Model Parallelism with Pipelining
Model Parallelism can divide a large model into sub-models and run one sub-network on each GPU, thus making it possible for models with large neuron networks to utilize GPUs in case the models are too large to fit in a single GPU. However, this method typically does not speed up your training processes as data parallelism can. In this section of the tutorial, we introduce the technique called pipelining which can improve the training performance for Model Parallelism.

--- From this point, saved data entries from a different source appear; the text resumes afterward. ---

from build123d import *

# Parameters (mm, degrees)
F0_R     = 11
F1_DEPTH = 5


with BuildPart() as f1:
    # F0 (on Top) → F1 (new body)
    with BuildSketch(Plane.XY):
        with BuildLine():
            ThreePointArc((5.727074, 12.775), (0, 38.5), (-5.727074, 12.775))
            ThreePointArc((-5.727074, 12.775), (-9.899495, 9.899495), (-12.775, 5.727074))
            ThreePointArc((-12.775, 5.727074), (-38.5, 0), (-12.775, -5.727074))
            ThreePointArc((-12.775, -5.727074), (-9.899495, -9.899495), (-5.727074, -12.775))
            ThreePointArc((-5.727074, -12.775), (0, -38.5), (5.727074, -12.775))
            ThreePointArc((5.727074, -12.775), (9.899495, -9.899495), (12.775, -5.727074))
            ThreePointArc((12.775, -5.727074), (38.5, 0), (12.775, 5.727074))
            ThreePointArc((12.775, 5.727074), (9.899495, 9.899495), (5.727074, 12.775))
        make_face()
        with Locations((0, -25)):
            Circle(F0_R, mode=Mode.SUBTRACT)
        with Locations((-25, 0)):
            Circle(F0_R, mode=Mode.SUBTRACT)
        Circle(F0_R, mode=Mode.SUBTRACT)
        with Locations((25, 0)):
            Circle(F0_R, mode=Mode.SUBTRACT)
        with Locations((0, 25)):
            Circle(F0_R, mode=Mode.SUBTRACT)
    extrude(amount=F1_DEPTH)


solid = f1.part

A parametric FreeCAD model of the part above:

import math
import FreeCAD as App
import Part
import Sketcher

doc = App.newDocument("Part")
body = doc.addObject("PartDesign::Body", "Body")

sketch1 = body.newObject("Sketcher::SketchObject", "Sketch")
sketch1.AttachmentSupport = (doc.getObject("XY_Plane"), [""])
sketch1.MapMode = "FlatFace"
sketch1.addGeometry([
    Part.ArcOfCircle(Part.Circle(App.Vector(0, 25, 0), App.Vector(0, 0, 1), 14), math.radians(-65), math.radians(245)),
    Part.ArcOfCircle(Part.Circle(App.Vector(0, 0, 0), App.Vector(0, 0, 1), 14), math.radians(114), math.radians(156)),
    Part.ArcOfCircle(Part.Circle(App.Vector(-25, 0, 0), App.Vector(0, 0, 1), 14), math.radians(25), math.radians(335)),
    Part.ArcOfCircle(Part.Circle(App.Vector(0, 0, 0), App.Vector(0, 0, 1), 14), math.radians(-156), math.radians(-114)),
    Part.ArcOfCircle(Part.Circle(App.Vector(0, -25, 0), App.Vector(0, 0, 1), 14), math.radians(115), math.radians(425)),
    Part.ArcOfCircle(Part.Circle(App.Vector(0, 0, 0), App.Vector(0, 0, 1), 14), math.radians(-66), math.radians(-24)),
    Part.ArcOfCircle(Part.Circle(App.Vector(25, 0, 0), App.Vector(0, 0, 1), 14), math.radians(-155), math.radians(155)),
    Part.ArcOfCircle(Part.Circle(App.Vector(0, 0, 0), App.Vector(0, 0, 1), 14), math.radians(24), math.radians(66)),
    Part.Circle(App.Vector(0, -25, 0), App.Vector(0, 0, 1), 11),
    Part.Circle(App.Vector(-25, 0, 0), App.Vector(0, 0, 1), 11),
    Part.Circle(App.Vector(0, 0, 0), App.Vector(0, 0, 1), 11),
    Part.Circle(App.Vector(25, 0, 0), App.Vector(0, 0, 1), 11),
    Part.Circle(App.Vector(0, 25, 0), App.Vector(0, 0, 1), 11),
], False)
sketch1.addConstraint([
    Sketcher.Constraint("Coincident", 0, 2, 1, 1),
    Sketcher.Constraint("Coincident", 1, 2, 2, 1),
    Sketcher.Constraint("Coincident", 2, 2, 3, 1),
    Sketcher.Constraint("Coincident", 3, 2, 4, 1),
    Sketcher.Constraint("Coincident", 4, 2, 5, 1),
    Sketcher.Constraint("Coincident", 5, 2, 6, 1),
    Sketcher.Constraint("Coincident", 6, 2, 7, 1),
    Sketcher.Constraint("Coincident", 7, 2, 0, 1),
    Sketcher.Constraint("Coincident", 1, 3, -1, 1),
    Sketcher.Constraint("Coincident", 3, 3, -1, 1),
    Sketcher.Constraint("Coincident", 5, 3, -1, 1),
    Sketcher.Constraint("Coincident", 7, 3, -1, 1),
    Sketcher.Constraint("Coincident", 10, 3, -1, 1),
    Sketcher.Constraint("Coincident", 8, 3, 4, 3),
    Sketcher.Constraint("Coincident", 9, 3, 2, 3),
    Sketcher.Constraint("Coincident", 11, 3, 6, 3),
    Sketcher.Constraint("Coincident", 12, 3, 0, 3),
    Sketcher.Constraint("Equal", 0, 2),
    Sketcher.Constraint("Equal", 1, 3),
    Sketcher.Constraint("Equal", 2, 4),
    Sketcher.Constraint("Equal", 3, 5),
    Sketcher.Constraint("Equal", 4, 6),
    Sketcher.Constraint("Equal", 5, 7),
    Sketcher.Constraint("Equal", 8, 9),
    Sketcher.Constraint("Equal", 9, 10),
    Sketcher.Constraint("Equal", 10, 11),
    Sketcher.Constraint("Equal", 11, 12),
    Sketcher.Constraint("Symmetric", 0, 3, 4, 3, -1, 1),
    Sketcher.Constraint("Symmetric", 2, 3, 6, 3, -1, 1),
    Sketcher.Constraint("PointOnObject", 0, 3, -2),
    Sketcher.Constraint("PointOnObject", 2, 3, -1),
    Sketcher.Constraint("Diameter", 8, 22.0),
    Sketcher.Constraint("Radius", 1, 14.0),
    Sketcher.Constraint("Radius", 0, 13.5),
    Sketcher.Constraint("DistanceY", -1, 1, 0, 3, 25.0),
    Sketcher.Constraint("DistanceX", 2, 3, -1, 1, 25.0),
])
pad1 = body.newObject("PartDesign::Pad", "Pad")
pad1.Profile = sketch1
pad1.Length = 5

doc.recompute()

in the following example, we modify the above example for simple Model Parallelism by rewriting the "forward()" functions in the network class definition and keeping the rest of the code unchanged.
def forward(self, x):
splits = iter(x.split(self.split_size, dim=0))
s_next = next(splits)
s_prev = self.seq1(s_next).to('cuda:1')
ret = []
for s_next in splits:
# A. s_prev runs on cuda:1
s_prev = self.seq2(s_prev)
ret.append(F.log_softmax(s_prev, dim=1))
# B. s_next runs on cuda:0, which can run concurrently with A
s_prev = self.seq1(s_next).to('cuda:1')
s_prev = self.seq2(s_prev)
ret.append(F.log_softmax(s_prev, dim=1))
return torch.cat(ret)
As you can see, the input data is split into mini-batches, each mini-batch is processed in seq1 and then processed in seq2. Unlike the simple Model Parallelism where the two GPUs process the entire input data alternatively, the two GPUs process different mini-batches simultaneously like a pipeline, thus improving the performance.